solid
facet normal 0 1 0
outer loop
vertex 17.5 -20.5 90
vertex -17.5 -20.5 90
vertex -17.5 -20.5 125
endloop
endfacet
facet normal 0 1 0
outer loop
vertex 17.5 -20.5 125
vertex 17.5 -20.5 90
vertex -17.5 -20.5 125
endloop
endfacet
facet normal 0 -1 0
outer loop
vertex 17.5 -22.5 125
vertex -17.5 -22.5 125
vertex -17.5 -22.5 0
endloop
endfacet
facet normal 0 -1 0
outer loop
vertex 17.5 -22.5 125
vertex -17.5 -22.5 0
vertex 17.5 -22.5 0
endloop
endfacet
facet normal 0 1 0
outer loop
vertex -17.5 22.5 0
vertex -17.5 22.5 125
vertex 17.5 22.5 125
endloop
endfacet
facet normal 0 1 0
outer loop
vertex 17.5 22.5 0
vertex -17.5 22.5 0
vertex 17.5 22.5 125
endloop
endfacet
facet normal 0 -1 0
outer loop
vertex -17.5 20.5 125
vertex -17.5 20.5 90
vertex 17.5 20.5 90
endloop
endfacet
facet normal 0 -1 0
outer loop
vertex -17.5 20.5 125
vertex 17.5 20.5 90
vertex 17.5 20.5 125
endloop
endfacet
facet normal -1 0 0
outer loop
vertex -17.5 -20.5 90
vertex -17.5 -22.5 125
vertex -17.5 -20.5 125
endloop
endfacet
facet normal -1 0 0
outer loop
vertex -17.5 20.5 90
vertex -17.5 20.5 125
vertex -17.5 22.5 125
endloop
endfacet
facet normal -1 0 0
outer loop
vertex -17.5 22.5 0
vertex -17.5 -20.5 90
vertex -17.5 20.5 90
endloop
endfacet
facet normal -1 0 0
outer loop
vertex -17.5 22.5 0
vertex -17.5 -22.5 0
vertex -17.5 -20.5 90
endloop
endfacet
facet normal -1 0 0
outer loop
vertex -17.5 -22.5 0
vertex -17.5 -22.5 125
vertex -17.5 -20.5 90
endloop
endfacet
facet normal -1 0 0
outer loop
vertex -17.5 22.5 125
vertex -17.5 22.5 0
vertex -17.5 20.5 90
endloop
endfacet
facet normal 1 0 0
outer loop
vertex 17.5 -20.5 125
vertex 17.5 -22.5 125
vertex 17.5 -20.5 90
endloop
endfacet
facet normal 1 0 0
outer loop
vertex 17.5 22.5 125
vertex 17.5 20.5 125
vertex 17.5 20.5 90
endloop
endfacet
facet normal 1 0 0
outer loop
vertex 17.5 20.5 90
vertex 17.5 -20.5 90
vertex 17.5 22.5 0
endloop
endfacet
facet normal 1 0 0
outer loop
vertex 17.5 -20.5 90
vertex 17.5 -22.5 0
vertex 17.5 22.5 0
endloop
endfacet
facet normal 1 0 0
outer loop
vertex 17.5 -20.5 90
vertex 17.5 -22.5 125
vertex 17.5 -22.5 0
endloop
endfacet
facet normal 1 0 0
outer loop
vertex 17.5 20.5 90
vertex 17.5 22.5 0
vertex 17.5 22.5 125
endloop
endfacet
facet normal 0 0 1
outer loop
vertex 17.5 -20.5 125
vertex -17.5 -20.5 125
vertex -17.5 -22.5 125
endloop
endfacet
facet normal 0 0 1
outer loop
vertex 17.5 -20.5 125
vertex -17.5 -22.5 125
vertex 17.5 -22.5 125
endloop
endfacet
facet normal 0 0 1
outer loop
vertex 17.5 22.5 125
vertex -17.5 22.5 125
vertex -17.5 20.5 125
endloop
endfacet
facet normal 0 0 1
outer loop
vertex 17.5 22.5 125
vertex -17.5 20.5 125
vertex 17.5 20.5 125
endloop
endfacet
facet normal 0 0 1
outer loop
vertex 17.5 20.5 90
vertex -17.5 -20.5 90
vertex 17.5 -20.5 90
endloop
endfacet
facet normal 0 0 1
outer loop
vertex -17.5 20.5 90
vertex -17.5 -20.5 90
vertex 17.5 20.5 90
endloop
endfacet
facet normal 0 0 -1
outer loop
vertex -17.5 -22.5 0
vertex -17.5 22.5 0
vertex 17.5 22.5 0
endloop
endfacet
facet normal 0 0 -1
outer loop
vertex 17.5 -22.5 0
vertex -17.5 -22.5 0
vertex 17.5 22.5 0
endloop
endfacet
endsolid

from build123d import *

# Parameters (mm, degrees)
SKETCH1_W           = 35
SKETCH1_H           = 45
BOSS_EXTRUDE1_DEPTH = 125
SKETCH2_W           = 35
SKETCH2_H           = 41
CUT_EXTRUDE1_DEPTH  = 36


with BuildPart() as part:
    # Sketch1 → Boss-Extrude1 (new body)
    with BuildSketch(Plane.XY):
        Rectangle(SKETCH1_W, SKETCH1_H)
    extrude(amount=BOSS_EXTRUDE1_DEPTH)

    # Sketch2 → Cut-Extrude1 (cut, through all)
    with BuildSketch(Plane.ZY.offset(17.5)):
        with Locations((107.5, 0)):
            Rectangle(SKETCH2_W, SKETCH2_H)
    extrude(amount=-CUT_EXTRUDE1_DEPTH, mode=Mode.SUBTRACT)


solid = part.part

* * *

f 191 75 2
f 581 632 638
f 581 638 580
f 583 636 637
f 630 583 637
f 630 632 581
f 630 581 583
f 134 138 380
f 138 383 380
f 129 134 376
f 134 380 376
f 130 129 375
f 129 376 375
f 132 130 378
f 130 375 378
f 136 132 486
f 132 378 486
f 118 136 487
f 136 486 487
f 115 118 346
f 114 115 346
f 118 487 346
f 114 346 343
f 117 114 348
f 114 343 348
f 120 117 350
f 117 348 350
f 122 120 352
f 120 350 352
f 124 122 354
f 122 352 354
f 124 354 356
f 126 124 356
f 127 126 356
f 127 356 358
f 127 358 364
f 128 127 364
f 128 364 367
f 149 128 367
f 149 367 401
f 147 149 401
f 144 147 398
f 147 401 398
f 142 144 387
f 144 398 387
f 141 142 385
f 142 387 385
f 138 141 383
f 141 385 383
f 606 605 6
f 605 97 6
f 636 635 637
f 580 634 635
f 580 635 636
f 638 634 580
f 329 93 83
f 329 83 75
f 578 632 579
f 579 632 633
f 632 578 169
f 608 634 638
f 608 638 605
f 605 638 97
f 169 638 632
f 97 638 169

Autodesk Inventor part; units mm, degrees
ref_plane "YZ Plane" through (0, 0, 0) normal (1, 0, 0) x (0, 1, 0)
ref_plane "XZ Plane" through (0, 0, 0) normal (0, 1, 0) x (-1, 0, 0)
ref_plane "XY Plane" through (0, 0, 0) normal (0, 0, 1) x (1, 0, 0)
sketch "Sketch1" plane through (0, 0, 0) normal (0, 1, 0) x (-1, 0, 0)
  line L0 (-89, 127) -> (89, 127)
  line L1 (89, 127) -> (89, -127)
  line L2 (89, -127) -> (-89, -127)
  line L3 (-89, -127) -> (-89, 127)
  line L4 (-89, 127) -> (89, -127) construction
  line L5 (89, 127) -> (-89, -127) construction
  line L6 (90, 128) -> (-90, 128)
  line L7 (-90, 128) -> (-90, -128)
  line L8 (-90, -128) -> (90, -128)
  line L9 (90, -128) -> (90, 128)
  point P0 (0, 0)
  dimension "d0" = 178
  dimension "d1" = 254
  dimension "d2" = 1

**About this task**
Only the lines with "construction" are needed; find them in the records and copy each one.

**Response to the task**
  line L4 (-89, 127) -> (89, -127) construction
  line L5 (89, 127) -> (-89, -127) construction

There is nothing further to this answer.